Second, model scale, MoE architecture, and existing spatial-reasoning fine-tuning do not automatically become reliable dual cognition on UAV-DualCog. In the Qwen family, MoE models do not improve monotonically with scale. Qwen 3.5-35B-A3B obtains 37.95% combined accuracy, almost the same as the Dense Qwen 3.5-27B at 37.81%, while larger Qwen 3.5-122B-A10B and Qwen 3.5-397B-A17B obtain 36.44% and 31.38%. Routing capacity and general knowledge scale therefore do not directly bridge reference frames, evidence localization, and temporal integration in UAV dual cognition. Spatial-reasoning fine-tuned models show a similar pattern. ViLaSR and VST-7B-RL are not completely ineffective on some option tasks, but many image BBox metrics remain 0. General spatial reasoning or vision-language post-training is therefore not fully aligned with the option judgment plus explicit evidence structure required by UAV-DualCog. This is a capability mismatch rather than a simple scale effect.

The comparison between zero-shot and fine-tuned models sharpens this conclusion. Strong general models can already obtain relatively high option accuracy in a zero-shot setting, but their spatial or temporal evidence is unstable. Existing spatial-reasoning or vision-language post-trained models have been strengthened for specific abilities, but they do not automatically gain an advantage on UAV-DualCog, especially on explicit evidence metrics such as BBox Acc@0.5 where many results remain close to 0. UAV-DualCog therefore does not only require general spatial reasoning or generic visual question answering. It measures a more specific capability: aligned UAV-scene reasoning, dual-cognition interpretation, and structured evidence production.

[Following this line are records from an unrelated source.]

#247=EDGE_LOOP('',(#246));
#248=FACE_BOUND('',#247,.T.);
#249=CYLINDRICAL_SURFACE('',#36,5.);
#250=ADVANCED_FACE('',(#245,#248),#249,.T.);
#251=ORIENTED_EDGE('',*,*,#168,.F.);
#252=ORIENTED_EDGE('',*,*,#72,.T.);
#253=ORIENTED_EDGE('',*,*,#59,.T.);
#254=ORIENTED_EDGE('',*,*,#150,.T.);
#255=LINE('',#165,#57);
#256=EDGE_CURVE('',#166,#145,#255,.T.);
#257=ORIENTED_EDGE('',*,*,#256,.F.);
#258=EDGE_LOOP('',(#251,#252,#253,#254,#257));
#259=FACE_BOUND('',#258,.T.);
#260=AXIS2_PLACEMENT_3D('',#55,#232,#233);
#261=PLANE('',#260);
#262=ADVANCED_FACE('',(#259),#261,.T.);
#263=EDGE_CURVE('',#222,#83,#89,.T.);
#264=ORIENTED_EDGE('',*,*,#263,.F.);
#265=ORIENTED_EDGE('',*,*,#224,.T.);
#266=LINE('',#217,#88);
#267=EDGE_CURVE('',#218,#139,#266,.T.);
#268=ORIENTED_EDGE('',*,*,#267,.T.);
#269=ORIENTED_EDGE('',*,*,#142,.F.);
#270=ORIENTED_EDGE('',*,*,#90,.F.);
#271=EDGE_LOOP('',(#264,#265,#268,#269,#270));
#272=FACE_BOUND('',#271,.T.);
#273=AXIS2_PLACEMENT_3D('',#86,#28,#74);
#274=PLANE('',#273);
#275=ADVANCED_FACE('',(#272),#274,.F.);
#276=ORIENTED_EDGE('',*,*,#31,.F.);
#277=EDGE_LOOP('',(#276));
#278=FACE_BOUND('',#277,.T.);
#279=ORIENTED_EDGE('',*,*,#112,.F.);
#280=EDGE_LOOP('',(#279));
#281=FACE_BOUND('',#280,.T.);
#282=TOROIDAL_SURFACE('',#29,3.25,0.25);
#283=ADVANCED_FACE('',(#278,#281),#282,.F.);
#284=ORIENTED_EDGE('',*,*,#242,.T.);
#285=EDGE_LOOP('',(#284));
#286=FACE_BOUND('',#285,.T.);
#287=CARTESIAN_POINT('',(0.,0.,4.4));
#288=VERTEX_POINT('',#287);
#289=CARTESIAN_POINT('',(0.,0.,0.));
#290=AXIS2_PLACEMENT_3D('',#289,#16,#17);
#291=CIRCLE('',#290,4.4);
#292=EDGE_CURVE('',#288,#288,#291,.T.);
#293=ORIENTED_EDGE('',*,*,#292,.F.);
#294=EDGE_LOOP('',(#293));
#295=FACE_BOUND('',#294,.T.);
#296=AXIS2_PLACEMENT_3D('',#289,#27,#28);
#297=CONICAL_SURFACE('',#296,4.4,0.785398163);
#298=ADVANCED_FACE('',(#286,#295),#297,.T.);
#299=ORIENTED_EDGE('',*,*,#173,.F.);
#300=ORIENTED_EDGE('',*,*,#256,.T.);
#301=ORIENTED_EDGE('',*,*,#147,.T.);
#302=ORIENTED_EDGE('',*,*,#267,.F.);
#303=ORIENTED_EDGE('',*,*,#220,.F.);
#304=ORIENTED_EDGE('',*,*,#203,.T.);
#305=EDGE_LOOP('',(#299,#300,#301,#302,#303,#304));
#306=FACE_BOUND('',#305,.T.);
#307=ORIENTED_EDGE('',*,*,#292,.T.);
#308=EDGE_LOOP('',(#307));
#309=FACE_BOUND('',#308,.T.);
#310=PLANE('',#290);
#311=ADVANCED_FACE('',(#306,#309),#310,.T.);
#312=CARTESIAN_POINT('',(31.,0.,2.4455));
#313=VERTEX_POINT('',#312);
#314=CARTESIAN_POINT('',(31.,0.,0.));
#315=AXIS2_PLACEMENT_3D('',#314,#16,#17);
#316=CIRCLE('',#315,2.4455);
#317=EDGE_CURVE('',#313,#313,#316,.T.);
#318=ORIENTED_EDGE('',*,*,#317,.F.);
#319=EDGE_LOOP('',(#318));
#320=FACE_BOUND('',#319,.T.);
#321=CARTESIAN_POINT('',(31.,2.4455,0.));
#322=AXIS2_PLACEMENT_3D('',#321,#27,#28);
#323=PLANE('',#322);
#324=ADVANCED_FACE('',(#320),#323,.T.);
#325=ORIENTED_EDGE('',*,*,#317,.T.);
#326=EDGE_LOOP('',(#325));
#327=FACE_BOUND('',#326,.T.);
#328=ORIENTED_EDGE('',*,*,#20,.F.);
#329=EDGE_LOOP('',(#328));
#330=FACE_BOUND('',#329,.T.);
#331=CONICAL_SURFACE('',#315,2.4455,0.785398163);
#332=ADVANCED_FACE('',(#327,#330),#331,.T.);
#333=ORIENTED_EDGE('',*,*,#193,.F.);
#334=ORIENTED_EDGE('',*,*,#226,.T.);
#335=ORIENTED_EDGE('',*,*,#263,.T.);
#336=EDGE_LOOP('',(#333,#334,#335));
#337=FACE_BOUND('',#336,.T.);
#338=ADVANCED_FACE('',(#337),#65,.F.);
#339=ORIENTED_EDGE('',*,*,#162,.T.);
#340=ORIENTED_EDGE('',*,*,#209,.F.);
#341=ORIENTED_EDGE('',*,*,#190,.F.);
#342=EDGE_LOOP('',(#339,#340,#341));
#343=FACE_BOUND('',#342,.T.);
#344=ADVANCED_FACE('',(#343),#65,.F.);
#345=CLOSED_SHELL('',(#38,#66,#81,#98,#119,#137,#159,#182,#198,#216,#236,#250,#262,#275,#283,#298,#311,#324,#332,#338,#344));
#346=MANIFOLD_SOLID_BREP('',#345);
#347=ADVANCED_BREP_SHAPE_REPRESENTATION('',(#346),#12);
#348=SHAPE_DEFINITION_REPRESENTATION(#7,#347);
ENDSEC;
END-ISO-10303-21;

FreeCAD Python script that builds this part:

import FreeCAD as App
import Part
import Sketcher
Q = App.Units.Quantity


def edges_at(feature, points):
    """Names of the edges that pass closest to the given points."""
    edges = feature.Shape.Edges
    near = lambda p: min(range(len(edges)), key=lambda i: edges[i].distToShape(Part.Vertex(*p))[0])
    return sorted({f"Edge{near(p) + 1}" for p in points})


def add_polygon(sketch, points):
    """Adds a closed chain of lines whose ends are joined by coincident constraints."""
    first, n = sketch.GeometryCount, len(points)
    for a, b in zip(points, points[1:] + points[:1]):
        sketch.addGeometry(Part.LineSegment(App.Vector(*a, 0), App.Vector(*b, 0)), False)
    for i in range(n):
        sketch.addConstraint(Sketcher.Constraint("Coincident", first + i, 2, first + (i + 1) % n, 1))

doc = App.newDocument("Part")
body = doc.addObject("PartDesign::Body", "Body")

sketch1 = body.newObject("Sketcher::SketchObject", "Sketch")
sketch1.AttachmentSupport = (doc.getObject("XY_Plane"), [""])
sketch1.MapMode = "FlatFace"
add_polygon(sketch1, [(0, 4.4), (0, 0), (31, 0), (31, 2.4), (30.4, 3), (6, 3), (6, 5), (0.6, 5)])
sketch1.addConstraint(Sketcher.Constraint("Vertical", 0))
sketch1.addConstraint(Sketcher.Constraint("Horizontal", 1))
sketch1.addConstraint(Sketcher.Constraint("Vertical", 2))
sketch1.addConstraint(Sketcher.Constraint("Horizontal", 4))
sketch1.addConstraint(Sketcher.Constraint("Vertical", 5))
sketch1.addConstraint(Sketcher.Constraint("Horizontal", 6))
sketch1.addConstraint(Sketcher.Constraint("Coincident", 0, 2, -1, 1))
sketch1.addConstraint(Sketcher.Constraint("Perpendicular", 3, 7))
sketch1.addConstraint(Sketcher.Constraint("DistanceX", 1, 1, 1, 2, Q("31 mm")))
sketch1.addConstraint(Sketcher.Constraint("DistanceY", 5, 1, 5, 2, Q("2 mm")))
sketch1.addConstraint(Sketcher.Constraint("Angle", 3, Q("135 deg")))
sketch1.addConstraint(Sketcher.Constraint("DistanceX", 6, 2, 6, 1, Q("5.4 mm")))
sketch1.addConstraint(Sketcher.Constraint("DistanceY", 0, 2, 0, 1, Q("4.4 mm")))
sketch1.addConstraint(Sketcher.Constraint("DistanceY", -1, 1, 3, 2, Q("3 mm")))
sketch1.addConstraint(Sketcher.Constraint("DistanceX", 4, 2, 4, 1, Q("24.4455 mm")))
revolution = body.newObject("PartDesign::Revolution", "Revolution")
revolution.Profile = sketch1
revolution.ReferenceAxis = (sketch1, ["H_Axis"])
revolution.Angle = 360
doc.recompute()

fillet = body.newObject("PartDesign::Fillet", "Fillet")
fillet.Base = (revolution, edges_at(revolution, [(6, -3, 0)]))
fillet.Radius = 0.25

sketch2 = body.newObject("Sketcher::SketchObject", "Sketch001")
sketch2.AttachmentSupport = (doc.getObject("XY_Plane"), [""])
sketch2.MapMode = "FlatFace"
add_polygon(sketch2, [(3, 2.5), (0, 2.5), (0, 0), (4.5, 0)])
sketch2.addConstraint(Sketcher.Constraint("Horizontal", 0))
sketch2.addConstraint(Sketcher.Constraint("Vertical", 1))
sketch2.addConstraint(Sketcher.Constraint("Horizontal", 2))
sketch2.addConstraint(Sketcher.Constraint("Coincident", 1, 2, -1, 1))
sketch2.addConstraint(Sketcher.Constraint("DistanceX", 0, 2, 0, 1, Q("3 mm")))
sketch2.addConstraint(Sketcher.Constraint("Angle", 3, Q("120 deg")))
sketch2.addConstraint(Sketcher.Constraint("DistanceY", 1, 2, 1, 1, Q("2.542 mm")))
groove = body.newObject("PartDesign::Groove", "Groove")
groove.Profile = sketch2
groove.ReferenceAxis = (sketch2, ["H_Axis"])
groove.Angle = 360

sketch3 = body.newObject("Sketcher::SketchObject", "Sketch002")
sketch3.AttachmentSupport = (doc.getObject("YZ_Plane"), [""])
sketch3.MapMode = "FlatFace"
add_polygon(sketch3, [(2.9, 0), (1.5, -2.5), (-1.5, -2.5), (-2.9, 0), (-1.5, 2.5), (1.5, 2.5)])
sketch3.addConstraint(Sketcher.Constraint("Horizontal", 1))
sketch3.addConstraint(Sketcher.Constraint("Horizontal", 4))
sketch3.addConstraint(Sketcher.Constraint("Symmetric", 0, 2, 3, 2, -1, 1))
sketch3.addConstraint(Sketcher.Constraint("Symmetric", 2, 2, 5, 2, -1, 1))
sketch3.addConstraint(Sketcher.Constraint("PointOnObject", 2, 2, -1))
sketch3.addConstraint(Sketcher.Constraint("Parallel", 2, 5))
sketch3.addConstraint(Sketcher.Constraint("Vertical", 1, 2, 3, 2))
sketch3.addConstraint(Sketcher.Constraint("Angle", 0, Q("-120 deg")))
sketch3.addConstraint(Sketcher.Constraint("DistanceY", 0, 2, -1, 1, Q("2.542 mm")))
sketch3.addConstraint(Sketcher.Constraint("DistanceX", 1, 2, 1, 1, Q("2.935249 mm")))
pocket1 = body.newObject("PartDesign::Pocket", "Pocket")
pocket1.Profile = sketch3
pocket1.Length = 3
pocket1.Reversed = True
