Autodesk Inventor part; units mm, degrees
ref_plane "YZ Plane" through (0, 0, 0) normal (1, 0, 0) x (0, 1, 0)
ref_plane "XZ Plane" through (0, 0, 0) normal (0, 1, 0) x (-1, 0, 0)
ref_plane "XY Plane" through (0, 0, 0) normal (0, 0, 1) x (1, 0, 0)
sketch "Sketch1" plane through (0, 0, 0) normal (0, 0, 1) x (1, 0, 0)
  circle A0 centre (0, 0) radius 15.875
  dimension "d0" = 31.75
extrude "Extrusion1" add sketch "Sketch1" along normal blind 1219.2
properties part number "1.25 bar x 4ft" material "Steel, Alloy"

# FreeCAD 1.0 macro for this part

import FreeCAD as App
import Part
import Sketcher
Q = App.Units.Quantity

doc = App.newDocument("Part")
body = doc.addObject("PartDesign::Body", "Body")

# Sketch on XY plane
sketch1 = doc.addObject("Sketcher::SketchObject", "Sketch")
body.addObject(sketch1)
sketch1.AttachmentSupport = (doc.XY_Plane, [""])
sketch1.MapMode = "FlatFace"
sketch1.addGeometry(Part.Circle(App.Vector(0, 0, 0), App.Vector(0, 0, 1), 15.875), False)
sketch1.addConstraint([
    Sketcher.Constraint("Coincident", 0, 3, -1, 1),
    Sketcher.Constraint("Diameter", 0, Q("1.25 in")),
])
pad1 = doc.addObject("PartDesign::Pad", "Pad")
body.addObject(pad1)
pad1.Profile = sketch1
pad1.Length = Q("48 in")

doc.recompute()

The experimental analysis points to clear directions for future capability improvement. The main issue is not a single missing component, but the combination of three gaps: semantic answers are often stronger than spatial or temporal evidence, self-aware cognition lags behind environment-aware cognition, and image-video transfer remains incomplete. Future work should therefore pay attention to evidence-verifiable reasoning, matched development between self-aware and environment-aware cognition, and cross-media stability instead of treating higher aggregate accuracy as sufficient.

Conclusion

UAV-DualCog shows why dual cognition is essential for embodied UAV reasoning

The analysis supports one central conclusion: current multimodal large language models can capture partial UAV targets, directions, and dynamic cues, but they have not yet formed stable, balanced, and evidence-verifiable UAV dual cognition. For UAV embodied reasoning, this dual cognition is fundamental. A model must understand the UAV's own state, viewpoint, and motion process while also understanding external landmarks, visibility changes, and action-relevant environmental relations.

The media analysis shows that answer correctness alone is insufficient. Image tasks reveal a large semantic-spatial gap, video tasks reveal unstable mapping between temporal evidence and high-level behavior semantics, and the paired media comparison shows real but incomplete transfer. The cognition-axis comparison is even more diagnostic: environment-aware reasoning is consistently stronger than self-aware reasoning, which means that high combined scores can hide weak modeling of the UAV's own state. The model-family analysis further shows that scaling, MoE routing, or generic spatial-reasoning tuning does not automatically close these gaps.

The experimental results of UAV-DualCog show that future UAV multimodal systems should move toward matched and coordinated development of self-aware and environment-aware capabilities. A reliable UAV agent must align both forms of cognition with spatial or temporal evidence and keep them stable when the observation medium changes.